> **About this task**: Somewhere below, one line contains "f 336 398 399" and a later line contains "f 378 380 418". Output those two lines and everything between them exactly, and nothing else.

### Provided information

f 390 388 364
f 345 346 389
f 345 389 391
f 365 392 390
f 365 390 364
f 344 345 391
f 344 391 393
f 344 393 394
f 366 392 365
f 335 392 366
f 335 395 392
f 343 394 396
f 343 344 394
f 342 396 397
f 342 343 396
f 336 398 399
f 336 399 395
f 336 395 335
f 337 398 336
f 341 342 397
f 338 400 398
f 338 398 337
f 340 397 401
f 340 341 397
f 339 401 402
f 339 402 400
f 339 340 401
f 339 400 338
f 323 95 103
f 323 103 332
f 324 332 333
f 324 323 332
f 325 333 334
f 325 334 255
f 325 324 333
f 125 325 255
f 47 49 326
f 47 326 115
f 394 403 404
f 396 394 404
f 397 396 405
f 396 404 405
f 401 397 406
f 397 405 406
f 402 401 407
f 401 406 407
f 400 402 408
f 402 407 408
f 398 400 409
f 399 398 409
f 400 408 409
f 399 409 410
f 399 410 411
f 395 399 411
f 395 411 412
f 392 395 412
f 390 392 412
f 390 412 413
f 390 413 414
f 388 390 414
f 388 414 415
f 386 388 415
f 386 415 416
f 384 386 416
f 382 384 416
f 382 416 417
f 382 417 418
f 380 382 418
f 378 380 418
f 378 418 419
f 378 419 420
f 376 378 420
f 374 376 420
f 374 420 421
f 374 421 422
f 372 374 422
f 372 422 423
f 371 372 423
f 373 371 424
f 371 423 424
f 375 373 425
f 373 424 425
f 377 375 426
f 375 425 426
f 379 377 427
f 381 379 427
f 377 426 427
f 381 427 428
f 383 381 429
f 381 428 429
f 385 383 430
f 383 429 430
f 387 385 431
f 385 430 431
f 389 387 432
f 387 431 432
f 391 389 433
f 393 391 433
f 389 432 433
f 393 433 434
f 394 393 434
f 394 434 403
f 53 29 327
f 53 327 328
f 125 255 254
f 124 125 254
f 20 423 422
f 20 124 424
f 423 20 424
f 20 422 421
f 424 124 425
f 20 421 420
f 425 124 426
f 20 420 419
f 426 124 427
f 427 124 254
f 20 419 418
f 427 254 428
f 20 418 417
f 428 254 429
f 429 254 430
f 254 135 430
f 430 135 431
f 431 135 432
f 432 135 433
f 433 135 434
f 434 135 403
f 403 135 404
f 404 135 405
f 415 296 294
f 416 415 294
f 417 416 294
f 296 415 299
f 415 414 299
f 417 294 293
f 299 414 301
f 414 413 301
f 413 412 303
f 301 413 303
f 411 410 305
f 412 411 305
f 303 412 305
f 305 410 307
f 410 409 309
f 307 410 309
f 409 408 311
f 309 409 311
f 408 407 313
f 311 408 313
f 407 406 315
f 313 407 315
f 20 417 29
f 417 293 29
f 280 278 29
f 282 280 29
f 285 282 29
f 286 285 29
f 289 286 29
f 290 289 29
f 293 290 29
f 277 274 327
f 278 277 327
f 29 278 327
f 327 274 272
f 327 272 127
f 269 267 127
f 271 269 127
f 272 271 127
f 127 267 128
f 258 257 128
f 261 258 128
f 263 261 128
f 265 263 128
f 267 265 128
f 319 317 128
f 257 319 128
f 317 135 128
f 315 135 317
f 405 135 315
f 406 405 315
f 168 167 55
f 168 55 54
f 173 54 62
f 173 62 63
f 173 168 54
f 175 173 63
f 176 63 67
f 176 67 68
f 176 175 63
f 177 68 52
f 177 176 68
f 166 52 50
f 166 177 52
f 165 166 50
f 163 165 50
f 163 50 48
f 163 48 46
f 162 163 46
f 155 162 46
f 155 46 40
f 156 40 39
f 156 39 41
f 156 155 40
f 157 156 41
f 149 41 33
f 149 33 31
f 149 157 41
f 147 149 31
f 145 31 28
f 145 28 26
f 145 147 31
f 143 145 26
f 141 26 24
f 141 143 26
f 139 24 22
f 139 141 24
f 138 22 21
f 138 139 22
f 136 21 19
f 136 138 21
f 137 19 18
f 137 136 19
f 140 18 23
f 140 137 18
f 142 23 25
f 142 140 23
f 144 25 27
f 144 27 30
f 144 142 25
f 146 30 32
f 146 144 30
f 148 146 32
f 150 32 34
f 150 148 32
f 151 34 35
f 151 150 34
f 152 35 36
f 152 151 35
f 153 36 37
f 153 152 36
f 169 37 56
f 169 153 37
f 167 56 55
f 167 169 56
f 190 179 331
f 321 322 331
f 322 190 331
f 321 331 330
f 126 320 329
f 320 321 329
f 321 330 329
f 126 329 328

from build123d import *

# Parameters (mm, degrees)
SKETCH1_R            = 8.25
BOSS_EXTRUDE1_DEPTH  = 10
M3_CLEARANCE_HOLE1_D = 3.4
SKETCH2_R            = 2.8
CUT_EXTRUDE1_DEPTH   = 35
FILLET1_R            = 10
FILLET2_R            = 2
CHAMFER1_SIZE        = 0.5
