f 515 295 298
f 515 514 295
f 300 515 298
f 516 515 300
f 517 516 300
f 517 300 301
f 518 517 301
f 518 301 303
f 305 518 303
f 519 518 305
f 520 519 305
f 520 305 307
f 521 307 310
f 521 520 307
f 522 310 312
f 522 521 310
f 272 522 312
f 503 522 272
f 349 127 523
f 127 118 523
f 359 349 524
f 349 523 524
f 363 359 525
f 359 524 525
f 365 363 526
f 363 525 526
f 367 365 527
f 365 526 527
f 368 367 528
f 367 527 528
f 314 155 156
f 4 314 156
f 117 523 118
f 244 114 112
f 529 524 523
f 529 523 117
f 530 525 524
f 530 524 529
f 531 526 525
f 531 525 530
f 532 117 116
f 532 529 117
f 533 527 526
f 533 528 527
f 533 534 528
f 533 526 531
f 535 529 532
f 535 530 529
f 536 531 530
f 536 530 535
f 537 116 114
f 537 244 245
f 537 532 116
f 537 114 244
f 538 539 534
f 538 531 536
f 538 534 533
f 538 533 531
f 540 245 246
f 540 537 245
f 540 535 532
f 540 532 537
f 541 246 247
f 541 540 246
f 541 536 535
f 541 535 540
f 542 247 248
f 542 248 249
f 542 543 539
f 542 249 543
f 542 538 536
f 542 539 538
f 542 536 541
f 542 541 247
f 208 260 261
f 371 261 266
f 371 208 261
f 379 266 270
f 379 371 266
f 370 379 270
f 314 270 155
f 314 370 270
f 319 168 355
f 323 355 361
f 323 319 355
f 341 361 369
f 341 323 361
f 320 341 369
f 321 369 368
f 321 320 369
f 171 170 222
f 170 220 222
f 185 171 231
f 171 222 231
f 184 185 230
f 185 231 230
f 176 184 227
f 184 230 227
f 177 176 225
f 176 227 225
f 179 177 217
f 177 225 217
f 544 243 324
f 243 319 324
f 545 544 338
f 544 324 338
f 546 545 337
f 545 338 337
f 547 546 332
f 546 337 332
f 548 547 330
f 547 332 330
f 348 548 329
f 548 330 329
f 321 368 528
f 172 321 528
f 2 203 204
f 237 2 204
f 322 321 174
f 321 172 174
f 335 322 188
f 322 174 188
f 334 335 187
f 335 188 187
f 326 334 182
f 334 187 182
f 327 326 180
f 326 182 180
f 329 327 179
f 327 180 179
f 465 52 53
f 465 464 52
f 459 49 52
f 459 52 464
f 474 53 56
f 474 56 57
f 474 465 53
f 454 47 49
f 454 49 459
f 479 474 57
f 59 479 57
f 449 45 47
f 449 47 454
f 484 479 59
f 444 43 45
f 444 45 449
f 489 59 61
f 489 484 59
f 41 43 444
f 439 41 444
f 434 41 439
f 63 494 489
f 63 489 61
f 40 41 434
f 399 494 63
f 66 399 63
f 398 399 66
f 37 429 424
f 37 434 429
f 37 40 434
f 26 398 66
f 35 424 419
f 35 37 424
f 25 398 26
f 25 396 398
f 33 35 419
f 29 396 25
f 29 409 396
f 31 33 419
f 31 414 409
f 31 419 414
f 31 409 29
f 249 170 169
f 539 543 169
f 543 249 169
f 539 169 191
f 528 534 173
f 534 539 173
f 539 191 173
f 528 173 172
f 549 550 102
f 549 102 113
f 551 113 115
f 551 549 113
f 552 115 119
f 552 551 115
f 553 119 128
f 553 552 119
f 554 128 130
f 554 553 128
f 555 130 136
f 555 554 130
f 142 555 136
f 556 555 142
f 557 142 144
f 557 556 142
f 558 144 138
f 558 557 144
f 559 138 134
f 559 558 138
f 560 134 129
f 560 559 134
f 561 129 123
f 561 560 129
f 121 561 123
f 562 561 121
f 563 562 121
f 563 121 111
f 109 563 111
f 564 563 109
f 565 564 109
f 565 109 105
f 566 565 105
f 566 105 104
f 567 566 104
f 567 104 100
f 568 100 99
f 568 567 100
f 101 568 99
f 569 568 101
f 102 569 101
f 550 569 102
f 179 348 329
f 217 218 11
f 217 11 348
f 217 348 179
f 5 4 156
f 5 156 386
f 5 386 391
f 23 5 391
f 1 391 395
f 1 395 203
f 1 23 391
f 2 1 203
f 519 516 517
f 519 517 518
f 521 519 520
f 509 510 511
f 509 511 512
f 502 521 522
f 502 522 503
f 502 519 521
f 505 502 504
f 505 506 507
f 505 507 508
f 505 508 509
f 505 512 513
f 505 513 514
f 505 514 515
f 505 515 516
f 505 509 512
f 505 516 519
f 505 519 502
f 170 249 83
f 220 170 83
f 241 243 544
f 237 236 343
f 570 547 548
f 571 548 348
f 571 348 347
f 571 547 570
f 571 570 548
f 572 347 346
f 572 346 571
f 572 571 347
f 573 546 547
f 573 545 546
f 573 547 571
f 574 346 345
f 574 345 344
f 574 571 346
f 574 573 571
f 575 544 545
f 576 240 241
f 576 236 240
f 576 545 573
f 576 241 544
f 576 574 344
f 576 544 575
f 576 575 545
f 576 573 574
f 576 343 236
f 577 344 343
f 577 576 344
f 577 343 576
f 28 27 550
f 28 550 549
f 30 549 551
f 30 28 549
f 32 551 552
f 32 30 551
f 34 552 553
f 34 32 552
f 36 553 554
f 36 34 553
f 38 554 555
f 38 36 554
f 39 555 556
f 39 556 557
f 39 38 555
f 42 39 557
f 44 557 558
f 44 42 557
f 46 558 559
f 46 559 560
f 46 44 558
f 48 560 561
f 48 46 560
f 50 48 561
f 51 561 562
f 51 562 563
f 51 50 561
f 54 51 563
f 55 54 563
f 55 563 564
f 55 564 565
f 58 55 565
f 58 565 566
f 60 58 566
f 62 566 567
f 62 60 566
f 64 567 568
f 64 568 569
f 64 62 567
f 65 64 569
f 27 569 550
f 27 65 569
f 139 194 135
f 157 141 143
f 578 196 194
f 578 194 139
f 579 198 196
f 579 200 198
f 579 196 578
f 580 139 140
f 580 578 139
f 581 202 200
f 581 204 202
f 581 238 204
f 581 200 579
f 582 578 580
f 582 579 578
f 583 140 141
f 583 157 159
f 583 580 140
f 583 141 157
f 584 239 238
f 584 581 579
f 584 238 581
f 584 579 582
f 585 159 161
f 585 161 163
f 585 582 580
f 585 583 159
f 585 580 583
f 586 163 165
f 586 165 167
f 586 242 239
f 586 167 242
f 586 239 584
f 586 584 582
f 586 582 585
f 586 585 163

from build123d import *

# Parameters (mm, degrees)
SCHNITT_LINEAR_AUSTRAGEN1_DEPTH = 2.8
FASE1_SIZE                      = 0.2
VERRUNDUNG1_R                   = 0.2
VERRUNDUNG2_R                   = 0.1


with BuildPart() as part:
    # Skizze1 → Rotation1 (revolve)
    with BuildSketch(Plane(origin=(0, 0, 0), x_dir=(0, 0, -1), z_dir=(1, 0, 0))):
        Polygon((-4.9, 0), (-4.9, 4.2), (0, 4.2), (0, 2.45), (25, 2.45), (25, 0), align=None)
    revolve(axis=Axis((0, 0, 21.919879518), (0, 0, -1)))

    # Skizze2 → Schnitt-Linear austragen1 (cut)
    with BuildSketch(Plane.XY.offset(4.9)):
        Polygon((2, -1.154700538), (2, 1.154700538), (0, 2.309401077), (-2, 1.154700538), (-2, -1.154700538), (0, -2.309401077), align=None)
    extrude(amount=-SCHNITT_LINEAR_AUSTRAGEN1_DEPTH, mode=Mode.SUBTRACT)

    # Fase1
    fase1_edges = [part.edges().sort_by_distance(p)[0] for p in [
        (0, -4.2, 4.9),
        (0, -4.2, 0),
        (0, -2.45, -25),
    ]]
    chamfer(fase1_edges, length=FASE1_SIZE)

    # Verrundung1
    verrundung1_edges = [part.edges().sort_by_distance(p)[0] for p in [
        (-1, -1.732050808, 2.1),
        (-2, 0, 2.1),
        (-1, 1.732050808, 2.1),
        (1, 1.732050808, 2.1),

######

> **Response**:
f 336 398 399
f 336 399 395
f 336 395 335
f 337 398 336
f 341 342 397
f 338 400 398
f 338 398 337
f 340 397 401
f 340 341 397
f 339 401 402
f 339 402 400
f 339 340 401
f 339 400 338
f 323 95 103
f 323 103 332
f 324 332 333
f 324 323 332
f 325 333 334
f 325 334 255
f 325 324 333
f 125 325 255
f 47 49 326
f 47 326 115
f 394 403 404
f 396 394 404
f 397 396 405
f 396 404 405
f 401 397 406
f 397 405 406
f 402 401 407
f 401 406 407
f 400 402 408
f 402 407 408
f 398 400 409
f 399 398 409
f 400 408 409
f 399 409 410
f 399 410 411
f 395 399 411
f 395 411 412
f 392 395 412
f 390 392 412
f 390 412 413
f 390 413 414
f 388 390 414
f 388 414 415
f 386 388 415
f 386 415 416
f 384 386 416
f 382 384 416
f 382 416 417
f 382 417 418
f 380 382 418
f 378 380 418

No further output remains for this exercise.